ECHN PNST are rare benign tumors that commonly arise at the head and neck region. Although most patients with ECHN PNST are asymptomatic, rapid growth or neurologic deficits require definitive treatment in order to avoid further compression and subsequent ischemia of adjacent nerve fibers. Preoperative diagnostic imaging studies are essential for planning the optimal surgical approach and for determining the extent of surgical resection. There are two main approaches: complete tumor excision (en bloc resection) and intracapsular resection [3], and the risks and benefits of each need to be weighed according to the individual case [6]. In general, complete resection may ensure lower recurrence rates but it usually results in neural compromise, while intracapsular resection is a nerve-sparing technique but it bears the risk of residual or recurrent disease.
We assessed the functional outcomes of patients who underwent excision of ECHN PNST. Most of the patients in our cohort who underwent surgical resection of a cervical or parapharyngeal PNST (Table 2) were operated by means of a nerve-preserving technique. Intracapsular resection was guided by neural monitoring and an operating microscope for microdissection and preservation of functional nerve fibers. Outcomes were dependent upon several variables, including the location and size of the lesion and the ability to apply nerve stimulation during intraoperative monitoring.
Preservation of nerve function is challenging when the sympathetic chain is involved [7]. Both of the patients with sympathetic chain schwannomas in our cohort displayed ptosis and miosis after surgery. When the brachial plexus is the nerve of origin, preoperative neurologic deficit or neuropathic pain portends poorer functional outcomes, even with the use of intraoperative neural monitoring, however due to its functional significance, the intracapsular approach shall be the treatment of choice. We observed that excisions of cervical PNST originating from other nerves, less commonly resulted in postoperative neurologic deficits when applying the intracapsular resection technique. In our experience, the use of an intraoperative microscope and electrophysiologic monitoring resulted in nerve function preservation in nine out of 15 cases (60%). The nerve-preserving approach resulted in good functional outcomes without significant neural compromise compared to en bloc resections that unavoidably compromise nerve function by complete nerve transection. Notebly, even outside the cervical and brachial plexuses, nerve function preservation with intracapsular resection was successful in 5 out of 9 cases corresponding to 55%.
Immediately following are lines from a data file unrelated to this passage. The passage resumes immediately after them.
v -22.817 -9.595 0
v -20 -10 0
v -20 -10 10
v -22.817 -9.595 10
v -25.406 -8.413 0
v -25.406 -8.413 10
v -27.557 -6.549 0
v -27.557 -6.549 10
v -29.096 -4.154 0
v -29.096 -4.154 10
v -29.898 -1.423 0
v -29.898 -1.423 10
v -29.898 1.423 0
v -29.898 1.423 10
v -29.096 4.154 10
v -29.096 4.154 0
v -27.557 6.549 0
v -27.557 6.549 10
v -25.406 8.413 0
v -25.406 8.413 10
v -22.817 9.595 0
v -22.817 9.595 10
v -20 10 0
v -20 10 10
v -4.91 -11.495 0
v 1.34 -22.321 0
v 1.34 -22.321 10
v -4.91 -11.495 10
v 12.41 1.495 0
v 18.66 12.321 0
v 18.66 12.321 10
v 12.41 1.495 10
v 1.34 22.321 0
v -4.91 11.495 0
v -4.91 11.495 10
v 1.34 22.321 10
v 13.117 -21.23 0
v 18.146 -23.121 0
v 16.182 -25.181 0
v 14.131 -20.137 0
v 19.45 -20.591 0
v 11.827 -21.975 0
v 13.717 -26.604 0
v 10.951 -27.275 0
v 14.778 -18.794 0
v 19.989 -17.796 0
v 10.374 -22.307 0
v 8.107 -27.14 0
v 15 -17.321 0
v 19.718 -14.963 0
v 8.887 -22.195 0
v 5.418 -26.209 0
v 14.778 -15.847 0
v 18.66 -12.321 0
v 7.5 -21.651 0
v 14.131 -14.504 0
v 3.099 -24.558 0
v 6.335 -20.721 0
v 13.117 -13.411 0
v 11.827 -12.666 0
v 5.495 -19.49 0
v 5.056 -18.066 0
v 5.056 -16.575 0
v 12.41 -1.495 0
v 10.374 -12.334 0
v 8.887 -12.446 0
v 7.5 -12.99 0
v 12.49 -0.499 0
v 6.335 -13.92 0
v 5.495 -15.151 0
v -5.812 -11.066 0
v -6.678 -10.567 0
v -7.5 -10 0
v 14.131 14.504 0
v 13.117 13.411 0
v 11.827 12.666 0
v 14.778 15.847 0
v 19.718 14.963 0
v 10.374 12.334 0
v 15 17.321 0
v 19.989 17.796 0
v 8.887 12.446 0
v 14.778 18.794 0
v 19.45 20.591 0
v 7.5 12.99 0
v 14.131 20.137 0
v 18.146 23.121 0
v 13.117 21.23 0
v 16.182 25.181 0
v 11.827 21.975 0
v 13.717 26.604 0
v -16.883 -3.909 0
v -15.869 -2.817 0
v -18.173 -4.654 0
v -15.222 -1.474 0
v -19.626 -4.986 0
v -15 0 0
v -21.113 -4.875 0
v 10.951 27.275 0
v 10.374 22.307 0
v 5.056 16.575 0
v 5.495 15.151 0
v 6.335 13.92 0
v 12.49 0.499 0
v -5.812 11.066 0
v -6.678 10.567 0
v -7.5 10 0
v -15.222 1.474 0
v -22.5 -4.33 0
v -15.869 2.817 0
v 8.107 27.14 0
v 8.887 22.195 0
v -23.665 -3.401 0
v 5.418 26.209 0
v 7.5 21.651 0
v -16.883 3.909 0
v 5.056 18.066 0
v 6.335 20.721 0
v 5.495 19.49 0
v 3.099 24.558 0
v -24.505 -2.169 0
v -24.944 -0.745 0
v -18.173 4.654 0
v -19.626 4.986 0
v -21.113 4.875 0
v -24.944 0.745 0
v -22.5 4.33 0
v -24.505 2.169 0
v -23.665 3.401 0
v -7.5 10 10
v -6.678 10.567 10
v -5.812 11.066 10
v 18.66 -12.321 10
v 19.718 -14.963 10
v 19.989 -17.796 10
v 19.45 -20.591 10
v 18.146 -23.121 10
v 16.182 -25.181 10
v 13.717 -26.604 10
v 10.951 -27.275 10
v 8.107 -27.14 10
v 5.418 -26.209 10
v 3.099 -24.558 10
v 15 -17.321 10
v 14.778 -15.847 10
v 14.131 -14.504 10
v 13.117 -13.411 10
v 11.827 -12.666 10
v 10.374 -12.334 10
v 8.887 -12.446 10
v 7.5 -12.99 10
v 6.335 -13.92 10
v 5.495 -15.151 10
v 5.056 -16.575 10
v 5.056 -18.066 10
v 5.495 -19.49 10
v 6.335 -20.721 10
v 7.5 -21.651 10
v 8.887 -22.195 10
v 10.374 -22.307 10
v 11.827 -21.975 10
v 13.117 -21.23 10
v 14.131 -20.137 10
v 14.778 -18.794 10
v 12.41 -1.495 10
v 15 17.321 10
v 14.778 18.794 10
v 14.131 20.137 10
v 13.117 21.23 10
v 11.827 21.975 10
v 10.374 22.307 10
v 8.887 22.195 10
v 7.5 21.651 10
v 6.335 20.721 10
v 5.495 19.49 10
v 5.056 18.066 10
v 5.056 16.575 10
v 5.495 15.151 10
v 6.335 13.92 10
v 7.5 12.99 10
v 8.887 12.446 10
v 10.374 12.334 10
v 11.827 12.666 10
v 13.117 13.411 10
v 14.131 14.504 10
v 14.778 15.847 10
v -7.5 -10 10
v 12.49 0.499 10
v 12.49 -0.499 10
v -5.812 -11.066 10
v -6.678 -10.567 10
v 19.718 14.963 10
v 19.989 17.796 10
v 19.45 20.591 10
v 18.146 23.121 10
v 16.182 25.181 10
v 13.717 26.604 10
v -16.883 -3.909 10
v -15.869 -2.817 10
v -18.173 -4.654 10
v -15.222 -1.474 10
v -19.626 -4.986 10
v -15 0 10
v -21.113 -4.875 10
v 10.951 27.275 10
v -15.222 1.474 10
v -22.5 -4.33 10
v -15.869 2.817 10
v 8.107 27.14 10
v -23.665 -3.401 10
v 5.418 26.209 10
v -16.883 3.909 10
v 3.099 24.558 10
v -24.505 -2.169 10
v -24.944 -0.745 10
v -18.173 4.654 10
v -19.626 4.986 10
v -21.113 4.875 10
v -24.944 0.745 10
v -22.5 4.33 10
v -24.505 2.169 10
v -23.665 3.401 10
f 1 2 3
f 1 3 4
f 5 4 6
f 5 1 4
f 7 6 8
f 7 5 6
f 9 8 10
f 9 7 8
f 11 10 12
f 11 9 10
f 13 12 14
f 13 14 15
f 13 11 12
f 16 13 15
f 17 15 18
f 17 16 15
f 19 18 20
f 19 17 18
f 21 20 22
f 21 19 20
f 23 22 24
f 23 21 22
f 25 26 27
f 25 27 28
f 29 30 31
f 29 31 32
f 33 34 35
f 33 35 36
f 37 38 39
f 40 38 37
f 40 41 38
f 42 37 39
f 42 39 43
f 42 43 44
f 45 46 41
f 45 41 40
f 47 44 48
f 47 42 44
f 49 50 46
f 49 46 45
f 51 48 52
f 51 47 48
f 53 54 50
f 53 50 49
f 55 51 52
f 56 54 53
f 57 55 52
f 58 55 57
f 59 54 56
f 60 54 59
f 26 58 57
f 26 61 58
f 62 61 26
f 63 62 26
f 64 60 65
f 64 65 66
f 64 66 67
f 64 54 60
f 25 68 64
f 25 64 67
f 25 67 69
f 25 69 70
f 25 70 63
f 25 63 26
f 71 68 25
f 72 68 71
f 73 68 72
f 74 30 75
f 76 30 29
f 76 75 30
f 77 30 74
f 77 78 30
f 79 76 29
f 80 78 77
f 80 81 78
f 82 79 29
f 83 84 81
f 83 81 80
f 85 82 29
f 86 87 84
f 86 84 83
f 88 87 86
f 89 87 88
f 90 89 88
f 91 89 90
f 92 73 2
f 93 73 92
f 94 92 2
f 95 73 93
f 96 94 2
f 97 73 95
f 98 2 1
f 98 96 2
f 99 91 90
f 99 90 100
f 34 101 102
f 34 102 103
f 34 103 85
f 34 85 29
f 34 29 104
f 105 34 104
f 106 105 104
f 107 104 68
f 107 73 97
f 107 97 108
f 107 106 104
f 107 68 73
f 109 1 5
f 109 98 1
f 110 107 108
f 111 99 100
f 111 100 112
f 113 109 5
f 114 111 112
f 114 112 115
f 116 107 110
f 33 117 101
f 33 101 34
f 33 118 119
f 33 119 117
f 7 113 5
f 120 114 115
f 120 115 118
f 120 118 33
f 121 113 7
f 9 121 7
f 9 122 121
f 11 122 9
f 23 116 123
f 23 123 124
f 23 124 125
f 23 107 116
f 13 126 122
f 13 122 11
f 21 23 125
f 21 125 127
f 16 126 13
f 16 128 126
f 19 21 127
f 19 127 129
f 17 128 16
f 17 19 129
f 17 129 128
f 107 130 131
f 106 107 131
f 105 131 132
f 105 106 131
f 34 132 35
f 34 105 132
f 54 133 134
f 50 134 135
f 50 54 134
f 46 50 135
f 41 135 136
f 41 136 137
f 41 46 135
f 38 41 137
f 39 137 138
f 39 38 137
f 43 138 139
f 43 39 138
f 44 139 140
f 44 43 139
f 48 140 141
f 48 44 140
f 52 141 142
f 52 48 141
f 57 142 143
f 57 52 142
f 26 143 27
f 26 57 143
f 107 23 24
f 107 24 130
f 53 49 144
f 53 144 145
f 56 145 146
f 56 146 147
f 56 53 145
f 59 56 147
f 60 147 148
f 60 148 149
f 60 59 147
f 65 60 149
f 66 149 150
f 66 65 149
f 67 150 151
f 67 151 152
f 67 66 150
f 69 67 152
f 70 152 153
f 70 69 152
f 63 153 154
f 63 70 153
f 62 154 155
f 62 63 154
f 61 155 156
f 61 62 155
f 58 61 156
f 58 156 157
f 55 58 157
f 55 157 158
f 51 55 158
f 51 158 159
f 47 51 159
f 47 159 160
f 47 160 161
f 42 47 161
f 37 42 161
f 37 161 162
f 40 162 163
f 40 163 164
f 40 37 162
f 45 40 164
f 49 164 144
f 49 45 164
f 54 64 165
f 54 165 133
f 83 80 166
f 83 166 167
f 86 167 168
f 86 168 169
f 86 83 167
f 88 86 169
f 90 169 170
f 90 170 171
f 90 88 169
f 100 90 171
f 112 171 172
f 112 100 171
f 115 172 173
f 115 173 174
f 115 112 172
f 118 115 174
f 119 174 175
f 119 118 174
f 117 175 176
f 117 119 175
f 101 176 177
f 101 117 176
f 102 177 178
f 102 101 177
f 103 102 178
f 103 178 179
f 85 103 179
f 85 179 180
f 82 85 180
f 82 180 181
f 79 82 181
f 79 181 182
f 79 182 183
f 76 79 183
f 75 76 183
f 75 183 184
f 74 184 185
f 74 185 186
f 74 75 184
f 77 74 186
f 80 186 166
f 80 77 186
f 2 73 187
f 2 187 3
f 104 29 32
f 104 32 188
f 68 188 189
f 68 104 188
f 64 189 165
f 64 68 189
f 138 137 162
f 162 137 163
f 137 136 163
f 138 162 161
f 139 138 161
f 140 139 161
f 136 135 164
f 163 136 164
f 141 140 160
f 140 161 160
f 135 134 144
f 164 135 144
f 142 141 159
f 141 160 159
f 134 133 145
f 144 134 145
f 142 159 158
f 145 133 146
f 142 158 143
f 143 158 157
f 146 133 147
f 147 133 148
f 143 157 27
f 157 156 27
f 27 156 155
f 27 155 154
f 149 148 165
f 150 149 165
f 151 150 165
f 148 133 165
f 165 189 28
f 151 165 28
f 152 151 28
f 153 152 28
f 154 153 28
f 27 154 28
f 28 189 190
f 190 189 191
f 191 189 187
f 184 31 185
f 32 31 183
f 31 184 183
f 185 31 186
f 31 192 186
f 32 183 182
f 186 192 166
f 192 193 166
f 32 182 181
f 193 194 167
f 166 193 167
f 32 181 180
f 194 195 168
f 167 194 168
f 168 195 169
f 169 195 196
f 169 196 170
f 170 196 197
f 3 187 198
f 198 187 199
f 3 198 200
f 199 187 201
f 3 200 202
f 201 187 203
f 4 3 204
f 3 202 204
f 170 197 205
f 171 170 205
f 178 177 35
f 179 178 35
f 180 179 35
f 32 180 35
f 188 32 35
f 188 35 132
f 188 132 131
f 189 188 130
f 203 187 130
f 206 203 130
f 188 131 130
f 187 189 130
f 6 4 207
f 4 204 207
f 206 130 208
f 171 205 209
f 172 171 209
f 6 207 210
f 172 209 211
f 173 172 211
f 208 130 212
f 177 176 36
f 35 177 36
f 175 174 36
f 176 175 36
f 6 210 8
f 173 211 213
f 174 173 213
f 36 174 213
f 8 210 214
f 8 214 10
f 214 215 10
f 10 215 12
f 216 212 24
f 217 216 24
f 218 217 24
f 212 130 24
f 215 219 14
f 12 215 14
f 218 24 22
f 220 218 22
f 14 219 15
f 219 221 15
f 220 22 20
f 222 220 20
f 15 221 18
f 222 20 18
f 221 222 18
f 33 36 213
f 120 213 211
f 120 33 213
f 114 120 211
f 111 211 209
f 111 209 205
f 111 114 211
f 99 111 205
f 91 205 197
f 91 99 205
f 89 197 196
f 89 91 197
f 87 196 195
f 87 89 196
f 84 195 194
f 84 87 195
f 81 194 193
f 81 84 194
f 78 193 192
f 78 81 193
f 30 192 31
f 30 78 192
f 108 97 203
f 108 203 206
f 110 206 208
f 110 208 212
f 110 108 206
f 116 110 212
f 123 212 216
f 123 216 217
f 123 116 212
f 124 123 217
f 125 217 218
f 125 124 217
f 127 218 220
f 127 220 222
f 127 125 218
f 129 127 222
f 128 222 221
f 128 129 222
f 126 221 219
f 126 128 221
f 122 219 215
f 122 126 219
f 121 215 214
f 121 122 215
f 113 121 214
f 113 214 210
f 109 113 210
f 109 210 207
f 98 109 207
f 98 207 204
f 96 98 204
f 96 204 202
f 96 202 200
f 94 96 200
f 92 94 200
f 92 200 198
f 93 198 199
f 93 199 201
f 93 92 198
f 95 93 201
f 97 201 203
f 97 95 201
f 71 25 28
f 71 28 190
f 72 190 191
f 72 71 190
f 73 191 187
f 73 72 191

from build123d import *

# Parameters (mm, degrees)
CROQUIS1_R              = 5
SALIENTE_EXTRUIR1_DEPTH = 10


with BuildPart() as part:
    # Croquis1 → Saliente-Extruir1 (new body)
    with BuildSketch(Plane.XY):
        with BuildLine():
            Line((-20, 10), (-7.5, 10))
            ThreePointArc((-7.5, 10), (-6.25, 10.825317547), (-4.910254038, 11.495190528))
            Line((-4.910254038, 11.495190528), (1.339745962, 22.320508076))
            ThreePointArc((1.339745962, 22.320508076), (15, 25.980762114), (18.660254038, 12.320508076))
            Line((18.660254038, 12.320508076), (12.410254038, 1.495190528))
            ThreePointArc((12.410254038, 1.495190528), (12.499999989, 0), (12.410254038, -1.495190528))
            Line((12.410254038, -1.495190528), (18.660254038, -12.320508076))
            ThreePointArc((18.660254038, -12.320508076), (15, -25.980762114), (1.339745962, -22.320508076))
            Line((1.339745962, -22.320508076), (-4.910254038, -11.495190528))
            ThreePointArc((-4.910254038, -11.495190528), (-6.25, -10.825317547), (-7.5, -10))
            Line((-7.5, -10), (-20, -10))
            ThreePointArc((-20, -10), (-30, 0), (-20, 10))
        make_face()
        with Locations((-20, 0)):
            Circle(CROQUIS1_R, mode=Mode.SUBTRACT)
        with Locations((10, 17.320508076)):
            Circle(CROQUIS1_R, mode=Mode.SUBTRACT)
        with Locations((10, -17.320508076)):
            Circle(CROQUIS1_R, mode=Mode.SUBTRACT)
    extrude(amount=SALIENTE_EXTRUIR1_DEPTH)


solid = part.part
Patients with a solitary ECHN PNST should be considered as being at low risk of malignancy, although reports on recurrence rates are limited [7, 9]. No recurrences were documented among the patients in our cohort, while residual tumor was observed in one patient who underwent intracapsular resection.
We acknowledge the limitations of our study. This is a limited-number retrospective cohort of patients, underpowered to draw any statistically significant conclusions. Only minority of patients adhered to surveillance paradigm following the first year after surgery, noted by the median 1 year of follow up. This greatly limits recurrence rate determination. Still, this is one of the largest cohorts reporting the results of intracapsular microdissection of PNST in the head and neck region. Our data provide useful information for counseling patients considering definitive surgical resection for ECHN PNST about the potential function sparing. Longer follow-up studies are warranted, with timely imaging studies looking at the recurrence rates after surgical resection.
In conclusion, considering the benign nature of ECHN PNST, expectant observation may be suitable for asymptomatic patients. However, when surgery is required, intracapsular resection and intraoperative nerve monitoring may reduce complications and preserve functionality, especially when neuronal function has not been compromised by the tumor.